## [Task instructions]
Output only the span of lines that begins at the line containing "with BuildPart() as" and ends at the last line of the data, both included, exactly as they appear.
········
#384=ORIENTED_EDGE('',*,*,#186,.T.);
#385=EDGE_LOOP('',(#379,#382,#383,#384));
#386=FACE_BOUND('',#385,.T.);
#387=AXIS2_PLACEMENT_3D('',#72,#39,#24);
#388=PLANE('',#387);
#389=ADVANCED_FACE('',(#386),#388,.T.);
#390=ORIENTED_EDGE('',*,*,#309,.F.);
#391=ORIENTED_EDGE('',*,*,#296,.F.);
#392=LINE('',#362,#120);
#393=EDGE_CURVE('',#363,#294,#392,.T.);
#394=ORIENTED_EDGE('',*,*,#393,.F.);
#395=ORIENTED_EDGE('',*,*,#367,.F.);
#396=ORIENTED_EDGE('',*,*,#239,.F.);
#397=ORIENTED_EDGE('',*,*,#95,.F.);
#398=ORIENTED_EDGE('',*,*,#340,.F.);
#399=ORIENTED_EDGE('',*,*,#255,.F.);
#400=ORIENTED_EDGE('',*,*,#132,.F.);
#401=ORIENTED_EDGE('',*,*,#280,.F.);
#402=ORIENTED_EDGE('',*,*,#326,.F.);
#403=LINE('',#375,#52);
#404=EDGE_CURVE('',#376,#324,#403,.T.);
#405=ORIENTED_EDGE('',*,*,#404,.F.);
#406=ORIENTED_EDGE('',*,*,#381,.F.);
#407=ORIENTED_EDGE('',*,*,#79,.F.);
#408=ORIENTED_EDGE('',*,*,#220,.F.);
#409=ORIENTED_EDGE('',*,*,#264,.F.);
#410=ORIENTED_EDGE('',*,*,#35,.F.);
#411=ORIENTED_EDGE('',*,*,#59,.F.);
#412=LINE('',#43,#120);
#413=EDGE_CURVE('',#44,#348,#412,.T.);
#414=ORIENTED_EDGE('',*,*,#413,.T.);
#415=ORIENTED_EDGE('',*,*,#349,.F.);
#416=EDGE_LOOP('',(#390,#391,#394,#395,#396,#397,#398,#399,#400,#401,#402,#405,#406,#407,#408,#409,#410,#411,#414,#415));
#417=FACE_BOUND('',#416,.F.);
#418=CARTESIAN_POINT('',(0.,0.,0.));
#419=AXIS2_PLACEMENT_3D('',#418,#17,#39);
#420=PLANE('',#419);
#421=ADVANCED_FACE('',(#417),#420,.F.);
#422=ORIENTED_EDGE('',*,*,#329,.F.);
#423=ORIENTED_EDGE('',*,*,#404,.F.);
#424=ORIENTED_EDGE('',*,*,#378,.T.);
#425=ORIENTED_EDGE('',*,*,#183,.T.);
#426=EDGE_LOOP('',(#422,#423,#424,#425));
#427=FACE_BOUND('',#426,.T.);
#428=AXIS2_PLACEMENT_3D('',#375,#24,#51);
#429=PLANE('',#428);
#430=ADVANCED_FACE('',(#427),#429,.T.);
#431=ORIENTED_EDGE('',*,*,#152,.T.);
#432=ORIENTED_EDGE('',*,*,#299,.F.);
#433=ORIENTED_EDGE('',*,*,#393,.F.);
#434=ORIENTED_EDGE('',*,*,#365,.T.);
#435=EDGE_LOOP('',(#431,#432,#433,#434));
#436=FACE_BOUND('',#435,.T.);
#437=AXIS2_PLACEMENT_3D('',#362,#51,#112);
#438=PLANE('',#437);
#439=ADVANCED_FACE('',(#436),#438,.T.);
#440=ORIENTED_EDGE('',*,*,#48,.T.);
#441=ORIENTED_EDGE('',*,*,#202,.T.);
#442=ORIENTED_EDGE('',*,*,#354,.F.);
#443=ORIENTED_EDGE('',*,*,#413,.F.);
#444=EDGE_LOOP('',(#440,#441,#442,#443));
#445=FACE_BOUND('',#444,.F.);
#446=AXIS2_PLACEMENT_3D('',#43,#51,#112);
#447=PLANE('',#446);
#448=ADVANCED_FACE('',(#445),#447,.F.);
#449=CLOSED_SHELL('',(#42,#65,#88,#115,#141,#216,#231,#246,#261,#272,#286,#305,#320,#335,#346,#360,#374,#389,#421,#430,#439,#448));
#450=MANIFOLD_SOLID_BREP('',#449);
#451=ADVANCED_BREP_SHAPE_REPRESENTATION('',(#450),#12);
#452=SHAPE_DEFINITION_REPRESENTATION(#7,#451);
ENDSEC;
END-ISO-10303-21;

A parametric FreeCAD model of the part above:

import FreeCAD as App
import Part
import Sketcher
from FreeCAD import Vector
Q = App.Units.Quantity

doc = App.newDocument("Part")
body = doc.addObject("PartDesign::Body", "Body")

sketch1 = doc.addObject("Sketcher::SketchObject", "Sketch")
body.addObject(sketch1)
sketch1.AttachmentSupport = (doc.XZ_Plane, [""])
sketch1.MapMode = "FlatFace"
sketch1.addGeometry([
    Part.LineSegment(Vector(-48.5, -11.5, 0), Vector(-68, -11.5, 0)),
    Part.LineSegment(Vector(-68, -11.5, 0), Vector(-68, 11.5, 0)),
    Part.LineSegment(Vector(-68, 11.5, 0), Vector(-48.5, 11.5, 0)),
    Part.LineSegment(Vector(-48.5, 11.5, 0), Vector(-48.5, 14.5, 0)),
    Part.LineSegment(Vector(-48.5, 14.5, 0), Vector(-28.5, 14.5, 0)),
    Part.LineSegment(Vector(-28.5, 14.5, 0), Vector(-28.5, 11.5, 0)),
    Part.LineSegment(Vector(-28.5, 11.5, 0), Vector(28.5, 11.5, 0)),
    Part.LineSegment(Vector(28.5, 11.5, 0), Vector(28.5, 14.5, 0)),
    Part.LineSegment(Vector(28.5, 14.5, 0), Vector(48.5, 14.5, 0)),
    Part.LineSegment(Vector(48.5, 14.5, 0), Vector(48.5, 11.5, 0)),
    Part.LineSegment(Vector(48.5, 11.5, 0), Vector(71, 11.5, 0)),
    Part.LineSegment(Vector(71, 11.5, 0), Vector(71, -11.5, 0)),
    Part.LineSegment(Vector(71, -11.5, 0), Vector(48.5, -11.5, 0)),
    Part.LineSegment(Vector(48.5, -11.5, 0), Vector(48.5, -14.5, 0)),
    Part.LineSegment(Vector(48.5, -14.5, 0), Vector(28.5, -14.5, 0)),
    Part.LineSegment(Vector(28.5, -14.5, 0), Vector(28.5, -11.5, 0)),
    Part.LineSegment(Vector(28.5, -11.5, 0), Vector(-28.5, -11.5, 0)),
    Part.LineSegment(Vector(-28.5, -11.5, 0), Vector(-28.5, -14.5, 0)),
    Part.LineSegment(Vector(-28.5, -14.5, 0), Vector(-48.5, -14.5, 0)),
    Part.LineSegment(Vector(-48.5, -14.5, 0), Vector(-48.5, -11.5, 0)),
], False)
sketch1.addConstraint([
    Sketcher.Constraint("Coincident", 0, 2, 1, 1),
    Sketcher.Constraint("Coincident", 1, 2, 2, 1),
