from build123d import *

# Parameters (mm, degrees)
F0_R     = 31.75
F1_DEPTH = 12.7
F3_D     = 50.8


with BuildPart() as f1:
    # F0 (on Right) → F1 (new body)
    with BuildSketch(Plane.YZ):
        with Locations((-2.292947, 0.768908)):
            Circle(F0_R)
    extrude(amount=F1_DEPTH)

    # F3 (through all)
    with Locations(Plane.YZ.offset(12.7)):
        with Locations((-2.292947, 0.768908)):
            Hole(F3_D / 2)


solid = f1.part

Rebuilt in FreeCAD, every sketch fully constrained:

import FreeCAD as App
import Part
import Sketcher

V = App.Vector
Q = App.Units.Quantity

doc = App.newDocument("Part")
params = doc.addObject("Spreadsheet::Sheet", "Params")
for row, (alias, value) in enumerate([
    ("sketch1_diameter", "2.5 in"),
    ("pad1_length", "0.5 in"),
    ("sketch2_diameter", "2 in"),
    ("hole_diameter", "2 in"),
], start=1):
    params.set(f"A{row}", alias)
    params.set(f"B{row}", "=" + value)
    params.setAlias(f"B{row}", alias)

body = doc.addObject("PartDesign::Body", "Body")

sketch1 = doc.addObject("Sketcher::SketchObject", "Sketch")
body.addObject(sketch1)
sketch1.AttachmentSupport = (doc.YZ_Plane, [""])
sketch1.MapMode = "FlatFace"
sketch1.addGeometry(Part.Circle(V(-2, 1, 0), V(0, 0, 1), 32), False)
sketch1.addConstraint([
    Sketcher.Constraint("Diameter", 0, Q("2.5 in")),
    Sketcher.Constraint("DistanceY", -1, 1, 0, 3, 0.768908),
    Sketcher.Constraint("DistanceX", 0, 3, -1, 1, 2.292947),
])
sketch1.setExpression("Constraints[0]", "Params.sketch1_diameter")
pad1 = doc.addObject("PartDesign::Pad", "Pad")
body.addObject(pad1)
pad1.Profile = sketch1
pad1.setExpression("Length", "Params.pad1_length")

sketch2 = doc.addObject("Sketcher::SketchObject", "Sketch001")
body.addObject(sketch2)
sketch2.AttachmentSupport = (doc.YZ_Plane, [""])
sketch2.MapMode = "FlatFace"
sketch2.AttachmentOffset = App.Placement(V(0, 0, 0.5 * 25.4), App.Rotation())
sketch2.addGeometry(Part.Circle(V(-2, 1, 0), V(0, 0, 1), 25), False)
sketch2.addConstraint([
    Sketcher.Constraint("Diameter", 0, Q("2 in")),
    Sketcher.Constraint("DistanceY", -1, 1, 0, 3, 0.768908),
    Sketcher.Constraint("DistanceX", 0, 3, -1, 1, 2.292947),
])
sketch2.setExpression("Constraints[0]", "Params.sketch2_diameter")
doc.recompute()
hole = doc.addObject("PartDesign::Hole", "Hole")
body.addObject(hole)
hole.Profile = sketch2
hole.ThreadType = "None"
hole.setExpression("Diameter", "Params.hole_diameter")
hole.DepthType = "ThroughAll"

doc.recompute()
········
## [Reply]
with BuildPart() as f1:
    # F0 (on Right) → F1 (new body)
    with BuildSketch(Plane.YZ):
        with Locations((-2.292947, 0.768908)):
            Circle(F0_R)
    extrude(amount=F1_DEPTH)

    # F3 (through all)
    with Locations(Plane.YZ.offset(12.7)):
        with Locations((-2.292947, 0.768908)):
            Hole(F3_D / 2)


solid = f1.part

Rebuilt in FreeCAD, every sketch fully constrained:

import FreeCAD as App
import Part
import Sketcher

V = App.Vector
Q = App.Units.Quantity

doc = App.newDocument("Part")
params = doc.addObject("Spreadsheet::Sheet", "Params")
for row, (alias, value) in enumerate([
    ("sketch1_diameter", "2.5 in"),
    ("pad1_length", "0.5 in"),
    ("sketch2_diameter", "2 in"),
    ("hole_diameter", "2 in"),
], start=1):
    params.set(f"A{row}", alias)
    params.set(f"B{row}", "=" + value)
    params.setAlias(f"B{row}", alias)

body = doc.addObject("PartDesign::Body", "Body")

sketch1 = doc.addObject("Sketcher::SketchObject", "Sketch")
body.addObject(sketch1)
sketch1.AttachmentSupport = (doc.YZ_Plane, [""])
sketch1.MapMode = "FlatFace"
sketch1.addGeometry(Part.Circle(V(-2, 1, 0), V(0, 0, 1), 32), False)
sketch1.addConstraint([
    Sketcher.Constraint("Diameter", 0, Q("2.5 in")),
    Sketcher.Constraint("DistanceY", -1, 1, 0, 3, 0.768908),
    Sketcher.Constraint("DistanceX", 0, 3, -1, 1, 2.292947),
])
sketch1.setExpression("Constraints[0]", "Params.sketch1_diameter")
pad1 = doc.addObject("PartDesign::Pad", "Pad")
body.addObject(pad1)
pad1.Profile = sketch1
pad1.setExpression("Length", "Params.pad1_length")

sketch2 = doc.addObject("Sketcher::SketchObject", "Sketch001")
body.addObject(sketch2)
sketch2.AttachmentSupport = (doc.YZ_Plane, [""])
sketch2.MapMode = "FlatFace"
sketch2.AttachmentOffset = App.Placement(V(0, 0, 0.5 * 25.4), App.Rotation())
sketch2.addGeometry(Part.Circle(V(-2, 1, 0), V(0, 0, 1), 25), False)
sketch2.addConstraint([
    Sketcher.Constraint("Diameter", 0, Q("2 in")),
    Sketcher.Constraint("DistanceY", -1, 1, 0, 3, 0.768908),
    Sketcher.Constraint("DistanceX", 0, 3, -1, 1, 2.292947),
])
sketch2.setExpression("Constraints[0]", "Params.sketch2_diameter")
doc.recompute()
hole = doc.addObject("PartDesign::Hole", "Hole")
body.addObject(hole)
hole.Profile = sketch2
hole.ThreadType = "None"
hole.setExpression("Diameter", "Params.hole_diameter")
hole.DepthType = "ThroughAll"

doc.recompute()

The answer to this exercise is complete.